▸ REQUIRED ACTION
Look through the material below and copy every line containing the word "origin".

▸ GIVEN DATA
++++

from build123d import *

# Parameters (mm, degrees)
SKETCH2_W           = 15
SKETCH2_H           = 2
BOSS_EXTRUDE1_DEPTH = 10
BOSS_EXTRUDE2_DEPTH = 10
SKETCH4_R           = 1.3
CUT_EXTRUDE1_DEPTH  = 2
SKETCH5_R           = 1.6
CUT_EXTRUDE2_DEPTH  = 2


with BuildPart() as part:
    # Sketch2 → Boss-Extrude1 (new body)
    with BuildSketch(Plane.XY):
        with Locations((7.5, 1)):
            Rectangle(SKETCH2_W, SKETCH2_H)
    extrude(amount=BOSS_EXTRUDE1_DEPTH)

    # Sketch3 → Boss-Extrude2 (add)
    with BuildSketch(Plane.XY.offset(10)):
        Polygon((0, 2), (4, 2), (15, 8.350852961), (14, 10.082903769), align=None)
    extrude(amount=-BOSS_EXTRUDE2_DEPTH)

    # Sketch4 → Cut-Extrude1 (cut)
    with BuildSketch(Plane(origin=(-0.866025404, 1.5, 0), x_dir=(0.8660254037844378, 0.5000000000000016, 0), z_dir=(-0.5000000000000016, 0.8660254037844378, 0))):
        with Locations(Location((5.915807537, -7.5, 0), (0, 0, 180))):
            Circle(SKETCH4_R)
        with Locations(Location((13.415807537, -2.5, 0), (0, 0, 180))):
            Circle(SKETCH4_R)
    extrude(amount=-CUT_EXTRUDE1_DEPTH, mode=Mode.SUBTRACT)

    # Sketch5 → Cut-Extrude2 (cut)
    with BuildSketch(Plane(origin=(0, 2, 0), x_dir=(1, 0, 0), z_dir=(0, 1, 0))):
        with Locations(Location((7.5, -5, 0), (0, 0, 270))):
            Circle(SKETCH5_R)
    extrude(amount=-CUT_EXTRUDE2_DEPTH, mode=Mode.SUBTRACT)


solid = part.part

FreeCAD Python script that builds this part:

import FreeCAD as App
import Part
import Sketcher

V = App.Vector
Q = App.Units.Quantity


def add_polygon(sketch, points):
    """Adds a closed chain of lines whose ends are joined by coincident constraints."""
    first, n = sketch.GeometryCount, len(points)
    for a, b in zip(points, points[1:] + points[:1]):
        sketch.addGeometry(Part.LineSegment(App.Vector(*a, 0), App.Vector(*b, 0)), False)
    for i in range(n):
        sketch.addConstraint(Sketcher.Constraint("Coincident", first + i, 2, first + (i + 1) % n, 1))

doc = App.newDocument("Part")
body = doc.addObject("PartDesign::Body", "Body")

sketch1 = body.newObject("Sketcher::SketchObject", "Sketch")
sketch1.AttachmentSupport = (doc.getObject("XY_Plane"), [""])
sketch1.MapMode = "FlatFace"
add_polygon(sketch1, [(0, 2), (0, 0), (15, 0), (15, 2)])
sketch1.addConstraint(Sketcher.Constraint("Vertical", 0))
sketch1.addConstraint(Sketcher.Constraint("Horizontal", 1))
sketch1.addConstraint(Sketcher.Constraint("Vertical", 2))
sketch1.addConstraint(Sketcher.Constraint("Horizontal", 3))
sketch1.addConstraint(Sketcher.Constraint("Coincident", 0, 2, -1, 1))
sketch1.addConstraint(Sketcher.Constraint("DistanceX", 1, 1, 1, 2, Q("15 mm")))
sketch1.addConstraint(Sketcher.Constraint("DistanceY", 0, 2, 0, 1, Q("2 mm")))
pad1 = body.newObject("PartDesign::Pad", "Pad")
pad1.Profile = sketch1
pad1.Length = 10

sketch2 = body.newObject("Sketcher::SketchObject", "Sketch001")
sketch2.AttachmentSupport = (doc.getObject("XY_Plane"), [""])
sketch2.MapMode = "FlatFace"
sketch2.AttachmentOffset = App.Placement(V(0, 0, 10), App.Rotation())
add_polygon(sketch2, [(0, 2), (4, 2), (15, 8.4), (14, 10.1)])
sketch2.addConstraint(Sketcher.Constraint("Horizontal", 0))
sketch2.addConstraint(Sketcher.Constraint("PointOnObject", 3, 2, -2))
sketch2.addConstraint(Sketcher.Constraint("Perpendicular", 1, 2))
sketch2.addConstraint(Sketcher.Constraint("Perpendicular", 2, 3))
sketch2.addConstraint(Sketcher.Constraint("DistanceX", 0, 1, 0, 2, Q("4 mm")))
sketch2.addConstraint(Sketcher.Constraint("Angle", 1, Q("30 deg")))
sketch2.addConstraint(Sketcher.Constraint("DistanceY", -1, 1, 0, 2, Q("2 mm")))
sketch2.addConstraint(Sketcher.Constraint("DistanceX", -1, 1, 1, 2, Q("15 mm")))
pad2 = body.newObject("PartDesign::Pad", "Pad001")
pad2.Profile = sketch2
pad2.Length = 10
pad2.Reversed = True

sketch3 = body.newObject("Sketcher::SketchObject", "Sketch002")
sketch3.Placement = App.Placement(V(-0.866025, 1.5, 0), App.Rotation(V(0.866025404, 0.5, 0), V(0, 0, -1), V(-0.5, 0.866025404, 0), "ZXY"))
sketch3.addGeometry(Part.Circle(V(5.9, -7.5, 0), V(0, 0, 1), 1.3), False)
sketch3.addGeometry(Part.Circle(V(13.4, -2.5, 0), V(0, 0, 1), 1.3), False)
sketch3.addConstraint(Sketcher.Constraint("Equal", 0, 1))
sketch3.addConstraint(Sketcher.Constraint("Diameter", 0, Q("2.6 mm")))
sketch3.addConstraint(Sketcher.Constraint("DistanceY", 0, 3, 1, 3, Q("5 mm")))
sketch3.addConstraint(Sketcher.Constraint("DistanceY", 0, 3, -1, 1, Q("7.5 mm")))
sketch3.addConstraint(Sketcher.Constraint("DistanceX", 0, 3, 1, 3, Q("7.5 mm")))
sketch3.addConstraint(Sketcher.Constraint("DistanceX", -1, 1, 0, 3, Q("5.915808 mm")))
pocket1 = body.newObject("PartDesign::Pocket", "Pocket")
pocket1.Profile = sketch3
pocket1.Length = 2

sketch4 = body.newObject("Sketcher::SketchObject", "Sketch003")
sketch4.AttachmentSupport = (doc.getObject("XZ_Plane"), [""])
sketch4.MapMode = "FlatFace"
sketch4.AttachmentOffset = App.Placement(V(0, 0, -2), App.Rotation())
sketch4.addGeometry(Part.Circle(V(7.5, 5, 0), V(0, 0, 1), 1.6), False)
sketch4.addConstraint(Sketcher.Constraint("Diameter", 0, Q("3.2 mm")))
sketch4.addConstraint(Sketcher.Constraint("DistanceY", -1, 1, 0, 3, Q("5 mm")))
sketch4.addConstraint(Sketcher.Constraint("DistanceX", -1, 1, 0, 3, Q("7.5 mm")))
pocket2 = body.newObject("PartDesign::Pocket", "Pocket001")
pocket2.Profile = sketch4
pocket2.Length = 2
pocket2.Reversed = True

doc.recompute()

++++

▸ TASK SOLUTION
    with BuildSketch(Plane(origin=(-0.866025404, 1.5, 0), x_dir=(0.8660254037844378, 0.5000000000000016, 0), z_dir=(-0.5000000000000016, 0.8660254037844378, 0))):
    with BuildSketch(Plane(origin=(0, 2, 0), x_dir=(1, 0, 0), z_dir=(0, 1, 0))):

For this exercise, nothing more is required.